> _Working data_

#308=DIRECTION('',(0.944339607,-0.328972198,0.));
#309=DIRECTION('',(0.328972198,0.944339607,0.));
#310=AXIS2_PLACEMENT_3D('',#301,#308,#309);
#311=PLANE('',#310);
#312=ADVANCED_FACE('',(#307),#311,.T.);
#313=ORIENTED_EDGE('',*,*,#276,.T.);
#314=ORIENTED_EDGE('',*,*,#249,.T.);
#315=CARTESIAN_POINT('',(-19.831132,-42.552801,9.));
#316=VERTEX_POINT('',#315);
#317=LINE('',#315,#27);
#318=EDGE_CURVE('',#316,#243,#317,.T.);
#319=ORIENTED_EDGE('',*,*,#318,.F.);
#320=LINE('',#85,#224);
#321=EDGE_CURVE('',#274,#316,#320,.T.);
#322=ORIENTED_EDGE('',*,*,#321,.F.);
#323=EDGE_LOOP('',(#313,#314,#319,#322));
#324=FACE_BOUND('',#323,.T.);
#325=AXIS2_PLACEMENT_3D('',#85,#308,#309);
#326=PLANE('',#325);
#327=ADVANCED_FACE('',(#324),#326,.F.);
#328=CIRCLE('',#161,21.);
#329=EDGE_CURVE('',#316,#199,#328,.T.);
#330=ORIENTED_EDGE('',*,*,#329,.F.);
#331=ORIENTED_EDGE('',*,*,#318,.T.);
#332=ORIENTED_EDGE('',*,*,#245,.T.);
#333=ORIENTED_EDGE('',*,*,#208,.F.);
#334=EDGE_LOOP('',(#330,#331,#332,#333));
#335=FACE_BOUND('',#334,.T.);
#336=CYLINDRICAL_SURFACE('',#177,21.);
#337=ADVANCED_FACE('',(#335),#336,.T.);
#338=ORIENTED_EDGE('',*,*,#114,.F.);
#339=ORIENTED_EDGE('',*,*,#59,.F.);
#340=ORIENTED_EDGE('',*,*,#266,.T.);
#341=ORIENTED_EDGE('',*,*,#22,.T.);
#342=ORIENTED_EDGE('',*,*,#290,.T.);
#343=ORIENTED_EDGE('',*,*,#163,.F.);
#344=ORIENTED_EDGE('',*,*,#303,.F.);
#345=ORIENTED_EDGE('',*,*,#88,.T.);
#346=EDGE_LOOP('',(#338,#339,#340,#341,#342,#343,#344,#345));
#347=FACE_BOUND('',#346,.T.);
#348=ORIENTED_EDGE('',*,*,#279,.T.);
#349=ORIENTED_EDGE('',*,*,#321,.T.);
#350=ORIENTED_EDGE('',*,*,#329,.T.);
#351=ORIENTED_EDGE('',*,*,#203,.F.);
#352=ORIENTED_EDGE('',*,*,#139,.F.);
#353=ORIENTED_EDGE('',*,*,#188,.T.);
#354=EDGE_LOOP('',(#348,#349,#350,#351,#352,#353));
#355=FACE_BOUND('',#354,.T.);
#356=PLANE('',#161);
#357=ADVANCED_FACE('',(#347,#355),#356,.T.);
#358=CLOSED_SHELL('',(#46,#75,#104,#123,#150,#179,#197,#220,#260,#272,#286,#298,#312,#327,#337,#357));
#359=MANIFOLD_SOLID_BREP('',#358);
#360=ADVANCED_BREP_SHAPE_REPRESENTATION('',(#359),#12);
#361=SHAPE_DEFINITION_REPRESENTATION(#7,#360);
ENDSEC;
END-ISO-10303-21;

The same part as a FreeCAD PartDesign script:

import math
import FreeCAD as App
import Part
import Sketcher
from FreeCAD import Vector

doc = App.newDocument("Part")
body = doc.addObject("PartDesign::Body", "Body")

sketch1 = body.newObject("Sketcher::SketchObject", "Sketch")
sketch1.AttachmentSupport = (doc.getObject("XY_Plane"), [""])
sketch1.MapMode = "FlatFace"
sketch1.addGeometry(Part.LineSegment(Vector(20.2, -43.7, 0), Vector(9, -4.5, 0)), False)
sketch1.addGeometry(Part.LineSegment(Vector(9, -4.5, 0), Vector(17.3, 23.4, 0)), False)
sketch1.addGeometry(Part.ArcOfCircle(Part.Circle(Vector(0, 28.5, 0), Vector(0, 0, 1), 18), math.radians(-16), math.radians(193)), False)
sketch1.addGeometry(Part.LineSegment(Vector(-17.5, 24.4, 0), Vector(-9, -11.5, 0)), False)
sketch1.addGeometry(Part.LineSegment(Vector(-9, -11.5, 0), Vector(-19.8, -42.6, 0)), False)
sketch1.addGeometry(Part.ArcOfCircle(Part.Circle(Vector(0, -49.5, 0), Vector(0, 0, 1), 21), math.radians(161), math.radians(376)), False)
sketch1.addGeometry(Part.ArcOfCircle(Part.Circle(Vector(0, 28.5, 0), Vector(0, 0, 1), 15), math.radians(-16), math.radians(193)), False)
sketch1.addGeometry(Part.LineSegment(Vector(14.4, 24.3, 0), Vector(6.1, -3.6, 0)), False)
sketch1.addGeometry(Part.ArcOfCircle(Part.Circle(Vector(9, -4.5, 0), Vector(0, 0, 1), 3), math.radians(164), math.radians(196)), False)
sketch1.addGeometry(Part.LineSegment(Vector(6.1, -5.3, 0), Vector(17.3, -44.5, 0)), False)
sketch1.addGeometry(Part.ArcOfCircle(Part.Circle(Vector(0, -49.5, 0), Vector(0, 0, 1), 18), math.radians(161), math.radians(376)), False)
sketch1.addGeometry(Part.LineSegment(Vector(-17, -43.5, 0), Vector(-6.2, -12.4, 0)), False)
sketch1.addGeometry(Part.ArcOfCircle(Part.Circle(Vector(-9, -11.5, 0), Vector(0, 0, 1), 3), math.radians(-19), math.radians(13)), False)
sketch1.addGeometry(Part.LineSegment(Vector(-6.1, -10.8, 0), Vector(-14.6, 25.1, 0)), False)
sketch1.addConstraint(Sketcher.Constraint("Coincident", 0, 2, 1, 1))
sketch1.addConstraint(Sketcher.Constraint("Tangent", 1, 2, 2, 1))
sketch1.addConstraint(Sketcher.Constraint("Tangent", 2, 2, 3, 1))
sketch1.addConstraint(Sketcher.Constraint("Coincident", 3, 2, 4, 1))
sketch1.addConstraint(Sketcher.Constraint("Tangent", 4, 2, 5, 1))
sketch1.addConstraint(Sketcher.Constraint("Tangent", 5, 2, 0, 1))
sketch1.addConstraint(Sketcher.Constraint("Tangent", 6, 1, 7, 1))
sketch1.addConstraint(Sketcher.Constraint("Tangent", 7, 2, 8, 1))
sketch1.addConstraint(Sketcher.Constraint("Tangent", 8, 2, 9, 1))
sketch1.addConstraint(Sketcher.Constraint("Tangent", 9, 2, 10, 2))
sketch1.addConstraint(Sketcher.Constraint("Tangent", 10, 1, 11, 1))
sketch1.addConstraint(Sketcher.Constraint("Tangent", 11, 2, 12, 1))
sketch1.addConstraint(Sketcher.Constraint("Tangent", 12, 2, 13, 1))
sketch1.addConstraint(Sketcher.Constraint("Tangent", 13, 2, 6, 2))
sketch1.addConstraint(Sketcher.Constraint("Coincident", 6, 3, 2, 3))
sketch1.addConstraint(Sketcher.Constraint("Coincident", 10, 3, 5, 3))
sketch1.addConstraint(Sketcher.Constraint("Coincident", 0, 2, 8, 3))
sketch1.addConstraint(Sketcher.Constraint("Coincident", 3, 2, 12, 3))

> _Task instructions_
Each line in the listing above is to be returned unchanged.

> _Result of this task_
#308=DIRECTION('',(0.944339607,-0.328972198,0.));
#309=DIRECTION('',(0.328972198,0.944339607,0.));
#310=AXIS2_PLACEMENT_3D('',#301,#308,#309);
#311=PLANE('',#310);
#312=ADVANCED_FACE('',(#307),#311,.T.);
#313=ORIENTED_EDGE('',*,*,#276,.T.);
#314=ORIENTED_EDGE('',*,*,#249,.T.);
#315=CARTESIAN_POINT('',(-19.831132,-42.552801,9.));
#316=VERTEX_POINT('',#315);
#317=LINE('',#315,#27);
#318=EDGE_CURVE('',#316,#243,#317,.T.);
#319=ORIENTED_EDGE('',*,*,#318,.F.);
#320=LINE('',#85,#224);
#321=EDGE_CURVE('',#274,#316,#320,.T.);
#322=ORIENTED_EDGE('',*,*,#321,.F.);
#323=EDGE_LOOP('',(#313,#314,#319,#322));
#324=FACE_BOUND('',#323,.T.);
#325=AXIS2_PLACEMENT_3D('',#85,#308,#309);
#326=PLANE('',#325);
#327=ADVANCED_FACE('',(#324),#326,.F.);
#328=CIRCLE('',#161,21.);
#329=EDGE_CURVE('',#316,#199,#328,.T.);
#330=ORIENTED_EDGE('',*,*,#329,.F.);
#331=ORIENTED_EDGE('',*,*,#318,.T.);
#332=ORIENTED_EDGE('',*,*,#245,.T.);
#333=ORIENTED_EDGE('',*,*,#208,.F.);
#334=EDGE_LOOP('',(#330,#331,#332,#333));
#335=FACE_BOUND('',#334,.T.);
#336=CYLINDRICAL_SURFACE('',#177,21.);
#337=ADVANCED_FACE('',(#335),#336,.T.);
#338=ORIENTED_EDGE('',*,*,#114,.F.);
#339=ORIENTED_EDGE('',*,*,#59,.F.);
#340=ORIENTED_EDGE('',*,*,#266,.T.);
#341=ORIENTED_EDGE('',*,*,#22,.T.);
#342=ORIENTED_EDGE('',*,*,#290,.T.);
#343=ORIENTED_EDGE('',*,*,#163,.F.);
#344=ORIENTED_EDGE('',*,*,#303,.F.);
#345=ORIENTED_EDGE('',*,*,#88,.T.);
#346=EDGE_LOOP('',(#338,#339,#340,#341,#342,#343,#344,#345));
#347=FACE_BOUND('',#346,.T.);
#348=ORIENTED_EDGE('',*,*,#279,.T.);
#349=ORIENTED_EDGE('',*,*,#321,.T.);
#350=ORIENTED_EDGE('',*,*,#329,.T.);
#351=ORIENTED_EDGE('',*,*,#203,.F.);
#352=ORIENTED_EDGE('',*,*,#139,.F.);
#353=ORIENTED_EDGE('',*,*,#188,.T.);
#354=EDGE_LOOP('',(#348,#349,#350,#351,#352,#353));
#355=FACE_BOUND('',#354,.T.);
#356=PLANE('',#161);
#357=ADVANCED_FACE('',(#347,#355),#356,.T.);
#358=CLOSED_SHELL('',(#46,#75,#104,#123,#150,#179,#197,#220,#260,#272,#286,#298,#312,#327,#337,#357));
#359=MANIFOLD_SOLID_BREP('',#358);
#360=ADVANCED_BREP_SHAPE_REPRESENTATION('',(#359),#12);
#361=SHAPE_DEFINITION_REPRESENTATION(#7,#360);
ENDSEC;
END-ISO-10303-21;

The same part as a FreeCAD PartDesign script:

import math
import FreeCAD as App
import Part
import Sketcher
from FreeCAD import Vector

doc = App.newDocument("Part")
body = doc.addObject("PartDesign::Body", "Body")

sketch1 = body.newObject("Sketcher::SketchObject", "Sketch")
sketch1.AttachmentSupport = (doc.getObject("XY_Plane"), [""])
sketch1.MapMode = "FlatFace"
sketch1.addGeometry(Part.LineSegment(Vector(20.2, -43.7, 0), Vector(9, -4.5, 0)), False)
sketch1.addGeometry(Part.LineSegment(Vector(9, -4.5, 0), Vector(17.3, 23.4, 0)), False)
sketch1.addGeometry(Part.ArcOfCircle(Part.Circle(Vector(0, 28.5, 0), Vector(0, 0, 1), 18), math.radians(-16), math.radians(193)), False)
sketch1.addGeometry(Part.LineSegment(Vector(-17.5, 24.4, 0), Vector(-9, -11.5, 0)), False)
sketch1.addGeometry(Part.LineSegment(Vector(-9, -11.5, 0), Vector(-19.8, -42.6, 0)), False)
sketch1.addGeometry(Part.ArcOfCircle(Part.Circle(Vector(0, -49.5, 0), Vector(0, 0, 1), 21), math.radians(161), math.radians(376)), False)
sketch1.addGeometry(Part.ArcOfCircle(Part.Circle(Vector(0, 28.5, 0), Vector(0, 0, 1), 15), math.radians(-16), math.radians(193)), False)
sketch1.addGeometry(Part.LineSegment(Vector(14.4, 24.3, 0), Vector(6.1, -3.6, 0)), False)
sketch1.addGeometry(Part.ArcOfCircle(Part.Circle(Vector(9, -4.5, 0), Vector(0, 0, 1), 3), math.radians(164), math.radians(196)), False)
sketch1.addGeometry(Part.LineSegment(Vector(6.1, -5.3, 0), Vector(17.3, -44.5, 0)), False)
sketch1.addGeometry(Part.ArcOfCircle(Part.Circle(Vector(0, -49.5, 0), Vector(0, 0, 1), 18), math.radians(161), math.radians(376)), False)
sketch1.addGeometry(Part.LineSegment(Vector(-17, -43.5, 0), Vector(-6.2, -12.4, 0)), False)
sketch1.addGeometry(Part.ArcOfCircle(Part.Circle(Vector(-9, -11.5, 0), Vector(0, 0, 1), 3), math.radians(-19), math.radians(13)), False)
sketch1.addGeometry(Part.LineSegment(Vector(-6.1, -10.8, 0), Vector(-14.6, 25.1, 0)), False)
sketch1.addConstraint(Sketcher.Constraint("Coincident", 0, 2, 1, 1))
sketch1.addConstraint(Sketcher.Constraint("Tangent", 1, 2, 2, 1))
sketch1.addConstraint(Sketcher.Constraint("Tangent", 2, 2, 3, 1))
sketch1.addConstraint(Sketcher.Constraint("Coincident", 3, 2, 4, 1))
sketch1.addConstraint(Sketcher.Constraint("Tangent", 4, 2, 5, 1))
sketch1.addConstraint(Sketcher.Constraint("Tangent", 5, 2, 0, 1))
sketch1.addConstraint(Sketcher.Constraint("Tangent", 6, 1, 7, 1))
sketch1.addConstraint(Sketcher.Constraint("Tangent", 7, 2, 8, 1))
sketch1.addConstraint(Sketcher.Constraint("Tangent", 8, 2, 9, 1))
sketch1.addConstraint(Sketcher.Constraint("Tangent", 9, 2, 10, 2))
sketch1.addConstraint(Sketcher.Constraint("Tangent", 10, 1, 11, 1))
sketch1.addConstraint(Sketcher.Constraint("Tangent", 11, 2, 12, 1))
sketch1.addConstraint(Sketcher.Constraint("Tangent", 12, 2, 13, 1))
sketch1.addConstraint(Sketcher.Constraint("Tangent", 13, 2, 6, 2))
sketch1.addConstraint(Sketcher.Constraint("Coincident", 6, 3, 2, 3))
sketch1.addConstraint(Sketcher.Constraint("Coincident", 10, 3, 5, 3))
sketch1.addConstraint(Sketcher.Constraint("Coincident", 0, 2, 8, 3))
sketch1.addConstraint(Sketcher.Constraint("Coincident", 3, 2, 12, 3))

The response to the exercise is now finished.